HP is more likely to make acquisitions to fortify the information management arm of the unit, focused on data archiving and retrieval, where its offerings are thin. Products today include HP's ILM application, which the company sells for archiving and accessing information contained in e-mail, databases, and health care systems. Hogan sees an opportunity to bring to market software that better manages unstructured data from the Internet. There's no shortage of strong rivals here, including EMC, IBM, and Symantec.

Perhaps least known to most IT managers is HP's group centered on OpenCall, software that helps telecom companies. It includes the OpenCall Media Platform for developing and delivering messaging, portals, and voice-enabled interactive services. It also includes service control software for things such as televoting, VPNs, and prepaid phone services.

Pressure To Diversify
With more than 60% of HP's revenue coming from PCs and printers, investors want to see the company expand. It took baby steps in 2006, growing software revenue 23% to $1.3 billion--70% of it from OpenView--before the Mercury acquisition. That's more than double the growth rate of any of its other businesses, but the group's earnings were a mere $85 million.
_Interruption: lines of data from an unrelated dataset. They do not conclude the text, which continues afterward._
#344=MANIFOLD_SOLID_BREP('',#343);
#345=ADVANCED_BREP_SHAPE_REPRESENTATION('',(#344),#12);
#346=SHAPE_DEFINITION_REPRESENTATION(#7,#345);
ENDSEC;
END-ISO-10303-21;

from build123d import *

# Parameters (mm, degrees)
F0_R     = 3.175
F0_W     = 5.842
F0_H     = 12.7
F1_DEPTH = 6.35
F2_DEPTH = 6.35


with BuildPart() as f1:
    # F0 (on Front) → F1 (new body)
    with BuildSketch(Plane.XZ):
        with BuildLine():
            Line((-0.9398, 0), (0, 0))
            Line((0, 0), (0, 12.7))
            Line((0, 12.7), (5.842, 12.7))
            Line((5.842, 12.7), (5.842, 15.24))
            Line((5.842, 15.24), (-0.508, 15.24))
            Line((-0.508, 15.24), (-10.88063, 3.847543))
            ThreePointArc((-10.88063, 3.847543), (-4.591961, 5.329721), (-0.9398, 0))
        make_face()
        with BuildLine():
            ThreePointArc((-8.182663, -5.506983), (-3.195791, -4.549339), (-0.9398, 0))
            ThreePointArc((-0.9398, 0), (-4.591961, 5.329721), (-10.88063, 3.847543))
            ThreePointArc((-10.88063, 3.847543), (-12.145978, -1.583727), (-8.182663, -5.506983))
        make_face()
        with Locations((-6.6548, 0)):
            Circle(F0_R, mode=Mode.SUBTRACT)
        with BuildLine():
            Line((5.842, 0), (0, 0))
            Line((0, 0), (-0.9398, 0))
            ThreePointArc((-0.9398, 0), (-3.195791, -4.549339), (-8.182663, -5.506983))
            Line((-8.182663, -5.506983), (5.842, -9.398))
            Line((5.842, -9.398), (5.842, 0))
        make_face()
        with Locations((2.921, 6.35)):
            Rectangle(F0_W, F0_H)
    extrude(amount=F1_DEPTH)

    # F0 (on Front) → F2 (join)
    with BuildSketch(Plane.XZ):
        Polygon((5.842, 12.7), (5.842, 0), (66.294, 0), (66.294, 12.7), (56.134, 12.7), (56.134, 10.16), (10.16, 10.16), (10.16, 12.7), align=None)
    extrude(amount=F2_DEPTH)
Add up all the software HP sells across divisions, and it comes to well over $3 billion a year, IDC estimates. When HP issues its first-quarter financial report this week, it'll be the first to reflect the Mercury acquisition.

HP has a long road, though, to convince business technology buyers it's an expert in infrastructure and information management software. Kevin Donnellan, assistant CIO at the Screen Actors Guild-Producers Pension and Health Plan, buys most of the organization's systems from HP--servers, PCs, storage, and management software. But HP doesn't come to mind for business information, says Donnellan, whose organization developed its own data warehouse. Still, Donnellan's interested in HP for reasons other IT execs share: The more technology he uses from one vendor, the less time he spends managing others.

Hogan says HP will never be an applications vendor like Microsoft, Oracle, and SAP. Nevertheless, he points to the rapid consolidation in the software industry and thinks that before long, there will be a short list of critical vendors, with very few midtier players. HP, he promises, will be on that short list. That's a lofty goal. But if HP doesn't get it right this time, it's one Hogan won't come close to reaching.